Date of Award

Fall 12-16-2022

Level of Access Assigned by Author

Open-Access Thesis

Degree Name

Master of Science in Mechanical Engineering (MSME)

Department

Mechanical Engineering

Advisor

Bashir Khoda

Second Committee Member

Masoud Rais-Rohani

Third Committee Member

Douglas Gardner

Abstract

The creation of objects with integrated flexibility is desired and this can be achieved by additive manufacturing on fabric. We propose to use a textile fabric as a flexible joint and create to create an entire object with smaller parts called segments. Such a novel technique will bring integrated flexibility and folded assemblies using extrusion based additive manufacturing machines. The proposed process allows segments to be created flat one at a time on a continuous fabric, which will be suitable for flat to folded assemblies and eliminate size limitations of the 3D printer. Techniques considering object segmentation were used to unfold 3D models of objects into 2D patterns based on paper folding. The unfolding of models was specifically designed to allow manufacturability of the segmentations with no impedance from the 3D printer’s frame, where minimal segments were also desired.
Three different textile fabrics based on cotton plain weave, plane weave acrylic, and polyester 200 denier ripstop fabrics were considered in investigations of the interfacial strength created with additively manufactured polylactic acid. Both treated and untreated fabrics were prepared simultaneously so that parts can be printed on top of them at a predefined spatial location. The interfacial strength of additive manufactured parts printed on the fabric were also tested as a function of print process parameters, fiber morphology, fabric properties, as well as surface modification of fabrics.

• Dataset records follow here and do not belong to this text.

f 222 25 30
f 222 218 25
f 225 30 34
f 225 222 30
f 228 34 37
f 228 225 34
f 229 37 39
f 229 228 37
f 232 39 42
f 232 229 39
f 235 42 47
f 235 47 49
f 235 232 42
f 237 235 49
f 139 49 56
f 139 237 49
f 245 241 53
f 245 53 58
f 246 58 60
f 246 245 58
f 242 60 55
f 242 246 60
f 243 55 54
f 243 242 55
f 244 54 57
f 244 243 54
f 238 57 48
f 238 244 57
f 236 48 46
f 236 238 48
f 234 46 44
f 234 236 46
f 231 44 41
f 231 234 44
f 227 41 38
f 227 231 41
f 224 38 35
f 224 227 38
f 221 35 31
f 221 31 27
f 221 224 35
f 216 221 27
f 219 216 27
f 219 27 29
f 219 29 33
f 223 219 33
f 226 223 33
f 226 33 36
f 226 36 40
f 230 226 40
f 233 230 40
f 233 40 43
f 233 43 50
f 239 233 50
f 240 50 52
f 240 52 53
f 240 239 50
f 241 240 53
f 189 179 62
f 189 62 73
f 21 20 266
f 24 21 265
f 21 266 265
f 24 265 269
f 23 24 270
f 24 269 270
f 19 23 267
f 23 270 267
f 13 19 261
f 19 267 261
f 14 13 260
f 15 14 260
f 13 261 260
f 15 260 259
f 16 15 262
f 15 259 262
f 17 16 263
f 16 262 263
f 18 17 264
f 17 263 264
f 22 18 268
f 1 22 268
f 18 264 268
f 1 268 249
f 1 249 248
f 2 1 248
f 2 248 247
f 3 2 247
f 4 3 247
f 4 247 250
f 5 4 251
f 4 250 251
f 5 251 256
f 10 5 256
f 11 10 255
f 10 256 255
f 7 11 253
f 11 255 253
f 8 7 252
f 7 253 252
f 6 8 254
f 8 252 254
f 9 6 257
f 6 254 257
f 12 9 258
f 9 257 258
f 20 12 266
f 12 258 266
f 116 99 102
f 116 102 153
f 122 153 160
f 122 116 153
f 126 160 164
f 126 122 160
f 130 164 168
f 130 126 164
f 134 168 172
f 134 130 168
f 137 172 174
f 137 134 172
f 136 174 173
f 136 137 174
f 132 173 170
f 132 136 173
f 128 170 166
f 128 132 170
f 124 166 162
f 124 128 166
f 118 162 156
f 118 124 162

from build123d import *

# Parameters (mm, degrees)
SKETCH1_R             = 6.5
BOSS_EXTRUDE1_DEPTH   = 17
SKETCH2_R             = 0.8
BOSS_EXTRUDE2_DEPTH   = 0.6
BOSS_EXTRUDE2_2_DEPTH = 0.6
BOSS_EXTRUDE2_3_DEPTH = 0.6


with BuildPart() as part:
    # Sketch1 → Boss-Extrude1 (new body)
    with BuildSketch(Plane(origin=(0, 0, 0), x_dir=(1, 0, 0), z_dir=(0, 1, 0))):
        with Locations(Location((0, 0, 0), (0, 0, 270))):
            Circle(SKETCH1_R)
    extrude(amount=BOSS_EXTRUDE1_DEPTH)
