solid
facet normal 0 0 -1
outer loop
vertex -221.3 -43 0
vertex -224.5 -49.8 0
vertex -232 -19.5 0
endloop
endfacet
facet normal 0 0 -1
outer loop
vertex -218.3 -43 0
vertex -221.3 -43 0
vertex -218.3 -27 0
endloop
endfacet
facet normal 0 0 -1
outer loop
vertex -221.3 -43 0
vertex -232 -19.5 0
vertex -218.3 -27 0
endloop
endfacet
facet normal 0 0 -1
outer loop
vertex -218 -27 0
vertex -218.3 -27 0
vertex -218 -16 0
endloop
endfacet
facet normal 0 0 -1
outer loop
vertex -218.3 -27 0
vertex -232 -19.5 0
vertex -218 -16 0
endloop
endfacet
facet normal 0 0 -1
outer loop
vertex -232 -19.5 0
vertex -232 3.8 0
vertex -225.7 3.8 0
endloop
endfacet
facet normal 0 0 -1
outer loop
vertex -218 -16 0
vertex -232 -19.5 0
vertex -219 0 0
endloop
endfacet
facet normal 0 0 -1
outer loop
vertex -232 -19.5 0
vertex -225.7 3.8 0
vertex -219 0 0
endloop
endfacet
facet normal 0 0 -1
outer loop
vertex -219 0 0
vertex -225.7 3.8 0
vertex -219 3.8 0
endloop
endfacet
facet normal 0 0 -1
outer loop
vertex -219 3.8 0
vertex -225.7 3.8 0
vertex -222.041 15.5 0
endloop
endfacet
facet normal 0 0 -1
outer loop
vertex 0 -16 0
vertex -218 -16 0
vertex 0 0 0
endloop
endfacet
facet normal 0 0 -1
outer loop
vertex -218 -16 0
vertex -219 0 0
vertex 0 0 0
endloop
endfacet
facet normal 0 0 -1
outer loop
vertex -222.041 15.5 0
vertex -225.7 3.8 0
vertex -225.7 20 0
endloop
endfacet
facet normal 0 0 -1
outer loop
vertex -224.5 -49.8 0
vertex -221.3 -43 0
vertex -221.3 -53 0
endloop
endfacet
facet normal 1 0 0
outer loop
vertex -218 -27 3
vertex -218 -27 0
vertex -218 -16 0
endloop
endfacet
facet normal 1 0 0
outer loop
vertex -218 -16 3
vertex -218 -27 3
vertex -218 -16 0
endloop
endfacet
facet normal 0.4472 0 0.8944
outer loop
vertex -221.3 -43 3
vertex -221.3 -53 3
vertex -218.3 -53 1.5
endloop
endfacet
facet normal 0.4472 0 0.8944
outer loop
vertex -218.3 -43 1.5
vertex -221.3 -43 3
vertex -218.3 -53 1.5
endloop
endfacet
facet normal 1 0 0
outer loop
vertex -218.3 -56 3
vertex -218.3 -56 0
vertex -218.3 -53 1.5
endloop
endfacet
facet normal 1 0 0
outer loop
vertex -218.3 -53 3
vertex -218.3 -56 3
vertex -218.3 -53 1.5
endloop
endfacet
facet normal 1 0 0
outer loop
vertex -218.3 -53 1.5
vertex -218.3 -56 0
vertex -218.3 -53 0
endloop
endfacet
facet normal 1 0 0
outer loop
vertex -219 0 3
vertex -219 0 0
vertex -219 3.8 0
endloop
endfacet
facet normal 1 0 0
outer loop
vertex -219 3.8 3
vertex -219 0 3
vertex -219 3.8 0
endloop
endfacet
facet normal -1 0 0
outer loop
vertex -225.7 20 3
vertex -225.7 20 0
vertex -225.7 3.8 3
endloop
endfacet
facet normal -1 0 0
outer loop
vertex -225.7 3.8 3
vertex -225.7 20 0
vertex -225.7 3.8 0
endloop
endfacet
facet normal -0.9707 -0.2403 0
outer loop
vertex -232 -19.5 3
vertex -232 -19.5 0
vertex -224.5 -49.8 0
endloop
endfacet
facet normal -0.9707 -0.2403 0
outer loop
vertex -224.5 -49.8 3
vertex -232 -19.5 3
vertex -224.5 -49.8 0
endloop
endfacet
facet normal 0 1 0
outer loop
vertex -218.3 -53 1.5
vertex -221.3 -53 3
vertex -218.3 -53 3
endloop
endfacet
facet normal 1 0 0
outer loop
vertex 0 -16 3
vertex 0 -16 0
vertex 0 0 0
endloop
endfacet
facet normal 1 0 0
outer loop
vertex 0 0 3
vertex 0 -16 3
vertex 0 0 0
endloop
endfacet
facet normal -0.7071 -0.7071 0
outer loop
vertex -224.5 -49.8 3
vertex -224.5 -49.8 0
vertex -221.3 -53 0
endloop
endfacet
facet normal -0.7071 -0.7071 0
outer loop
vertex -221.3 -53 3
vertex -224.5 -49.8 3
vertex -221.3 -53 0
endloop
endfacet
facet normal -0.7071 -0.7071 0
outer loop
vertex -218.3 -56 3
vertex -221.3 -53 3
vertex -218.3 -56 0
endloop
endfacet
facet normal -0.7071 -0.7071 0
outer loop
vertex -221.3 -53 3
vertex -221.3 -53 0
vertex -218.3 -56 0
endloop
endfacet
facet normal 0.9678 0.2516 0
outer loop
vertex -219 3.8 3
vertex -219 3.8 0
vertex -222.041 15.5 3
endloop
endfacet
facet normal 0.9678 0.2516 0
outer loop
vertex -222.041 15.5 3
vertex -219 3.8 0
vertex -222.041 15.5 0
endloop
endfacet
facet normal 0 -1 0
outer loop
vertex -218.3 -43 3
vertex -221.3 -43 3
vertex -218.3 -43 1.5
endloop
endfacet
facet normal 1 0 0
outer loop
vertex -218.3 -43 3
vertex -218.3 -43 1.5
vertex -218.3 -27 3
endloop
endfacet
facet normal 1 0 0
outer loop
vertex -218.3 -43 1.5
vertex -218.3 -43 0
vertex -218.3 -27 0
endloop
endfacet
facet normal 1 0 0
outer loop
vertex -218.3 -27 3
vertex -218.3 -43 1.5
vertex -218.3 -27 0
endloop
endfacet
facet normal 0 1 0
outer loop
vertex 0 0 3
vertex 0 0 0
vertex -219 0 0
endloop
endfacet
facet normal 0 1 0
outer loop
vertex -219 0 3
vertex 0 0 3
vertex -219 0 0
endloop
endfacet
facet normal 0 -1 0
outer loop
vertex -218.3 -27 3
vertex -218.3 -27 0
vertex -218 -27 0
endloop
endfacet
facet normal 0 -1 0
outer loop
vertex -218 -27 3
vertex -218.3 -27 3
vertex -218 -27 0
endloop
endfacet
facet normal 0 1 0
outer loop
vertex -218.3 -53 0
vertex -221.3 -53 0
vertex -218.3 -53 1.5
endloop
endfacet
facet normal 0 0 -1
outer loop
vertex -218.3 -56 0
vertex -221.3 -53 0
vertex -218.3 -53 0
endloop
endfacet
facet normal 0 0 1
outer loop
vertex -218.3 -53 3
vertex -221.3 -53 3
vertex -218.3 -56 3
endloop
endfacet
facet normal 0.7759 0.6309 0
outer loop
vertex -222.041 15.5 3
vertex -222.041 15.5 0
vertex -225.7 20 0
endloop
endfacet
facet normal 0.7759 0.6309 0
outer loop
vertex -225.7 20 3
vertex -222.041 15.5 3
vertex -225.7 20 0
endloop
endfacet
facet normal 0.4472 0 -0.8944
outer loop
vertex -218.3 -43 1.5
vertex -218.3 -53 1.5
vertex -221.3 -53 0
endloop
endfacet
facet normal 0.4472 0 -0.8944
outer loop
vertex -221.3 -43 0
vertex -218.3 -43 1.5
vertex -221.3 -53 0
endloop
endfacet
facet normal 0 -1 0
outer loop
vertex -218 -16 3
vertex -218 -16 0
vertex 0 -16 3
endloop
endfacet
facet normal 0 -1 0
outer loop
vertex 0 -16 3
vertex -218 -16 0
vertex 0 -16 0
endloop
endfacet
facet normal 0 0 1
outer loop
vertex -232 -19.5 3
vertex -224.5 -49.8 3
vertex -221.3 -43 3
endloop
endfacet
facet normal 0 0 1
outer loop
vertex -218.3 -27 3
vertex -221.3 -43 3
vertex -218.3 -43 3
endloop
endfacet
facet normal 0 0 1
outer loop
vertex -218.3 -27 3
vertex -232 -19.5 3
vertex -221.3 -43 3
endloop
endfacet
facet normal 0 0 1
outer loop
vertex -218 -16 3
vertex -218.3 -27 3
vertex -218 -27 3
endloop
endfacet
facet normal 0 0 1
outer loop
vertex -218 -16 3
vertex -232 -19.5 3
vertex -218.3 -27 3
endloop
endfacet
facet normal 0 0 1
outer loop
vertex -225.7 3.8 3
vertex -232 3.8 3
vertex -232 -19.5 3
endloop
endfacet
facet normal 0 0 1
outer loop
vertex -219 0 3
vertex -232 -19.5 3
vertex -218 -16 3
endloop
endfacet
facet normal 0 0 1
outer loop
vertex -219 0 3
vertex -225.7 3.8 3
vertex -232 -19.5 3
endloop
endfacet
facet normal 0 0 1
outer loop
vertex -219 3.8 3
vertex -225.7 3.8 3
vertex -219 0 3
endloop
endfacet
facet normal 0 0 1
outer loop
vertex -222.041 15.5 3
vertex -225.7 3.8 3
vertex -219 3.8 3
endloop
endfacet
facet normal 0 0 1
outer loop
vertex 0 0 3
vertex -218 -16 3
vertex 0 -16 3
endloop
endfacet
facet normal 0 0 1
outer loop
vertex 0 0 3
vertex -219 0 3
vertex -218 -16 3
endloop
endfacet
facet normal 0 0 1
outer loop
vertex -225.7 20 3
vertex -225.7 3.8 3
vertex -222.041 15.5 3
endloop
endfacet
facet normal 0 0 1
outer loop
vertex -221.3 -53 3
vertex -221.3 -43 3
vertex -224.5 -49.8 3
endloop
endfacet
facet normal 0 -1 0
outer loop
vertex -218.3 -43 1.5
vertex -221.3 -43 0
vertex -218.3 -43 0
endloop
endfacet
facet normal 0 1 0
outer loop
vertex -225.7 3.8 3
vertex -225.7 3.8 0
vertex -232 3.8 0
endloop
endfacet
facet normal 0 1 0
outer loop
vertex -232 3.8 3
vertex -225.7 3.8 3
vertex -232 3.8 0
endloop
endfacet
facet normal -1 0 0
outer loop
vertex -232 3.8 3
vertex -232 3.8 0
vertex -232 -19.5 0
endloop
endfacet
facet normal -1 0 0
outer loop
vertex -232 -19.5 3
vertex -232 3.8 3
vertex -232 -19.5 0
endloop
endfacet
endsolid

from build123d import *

# Parameters (mm, degrees)
F1_DEPTH = 3
F4_DEPTH = 10


# Not quite as in the source:
# - a feature names something its author has since deleted; it is built from what else it names


with BuildPart() as f1:
    # F0 (on Top) → F1 (new body)
    with BuildSketch(Plane.XY):
        Polygon((0, -16), (0, 0), (-219, 0), (-219, 3.8), (-222.0407651073, 15.5), (-225.7, 20), (-225.7, 3.8), (-232, 3.8), (-232, -19.5), (-224.5, -49.8), (-218.3, -56), (-218.3, -27), (-218, -27), (-218, -16), align=None)
    extrude(amount=F1_DEPTH)

    # F3 (on offset) → F4 (cut)
    with BuildSketch(Plane.XZ.offset(53)):
        Polygon((-221.3, 3), (-218.3, 1.5), (-221.3, 0), (-213.3, 0), (-213.3, 3), align=None)
    extrude(amount=-F4_DEPTH, mode=Mode.SUBTRACT)


solid = f1.part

The highest interfacial strength between additive manufactured materials and fabric was desired and tested for. Both adhesion peel testing and stress pull testing is used to determine the strength of the interface between the fabric and deposited additive manufactured parts. Results found that the interfacial strength reached a maximum of 5.18 and 0.435 MPa. For a conceptual square shelter design a series of triangular panels were created on fabric to be assembled into the shelter. It was conceptually determined that the resulting interfacial strength could keep a 40-kilogram large triangular, panel of this shelter, held upside done from removing from the fabric, given its own weight. From this result, it was determined that the interfacial strength is strong enough for use with the creation of large heavy objects that require flexibly in them for hinges. Rough and thick fabrics were found to promote interfacial strength the greatest with higher bed temperatures, this was because of mechanical interlocking being promoted. Pre-treatments of the fabrics were found to help with interfacial strength as well and have potential with higher environmental temperatures, but not as much as mechanical interlocking. Adhesion forces desired between fabric and 3D printed parts can be tailored per specific large object as needed, per segmentation, using this information. The proposed manufacturing method helps fabricate multifaceted large single objects with localized optimum process parameters and objects with integrated flexibility. The additive manufacturing on fabric method of object fabrication addresses the anisotropic nature of additive manufactured parts by allowing parts of the object be created separately from each other. This allows each part to be tailored for specific mechanical properties to achieve desired mechanical properties for the entire object. Mechanical strength, optimization of weight, interfacial strength, specific features or properties, and the ability to fold for storage or transportation of these objects could be tailored per application.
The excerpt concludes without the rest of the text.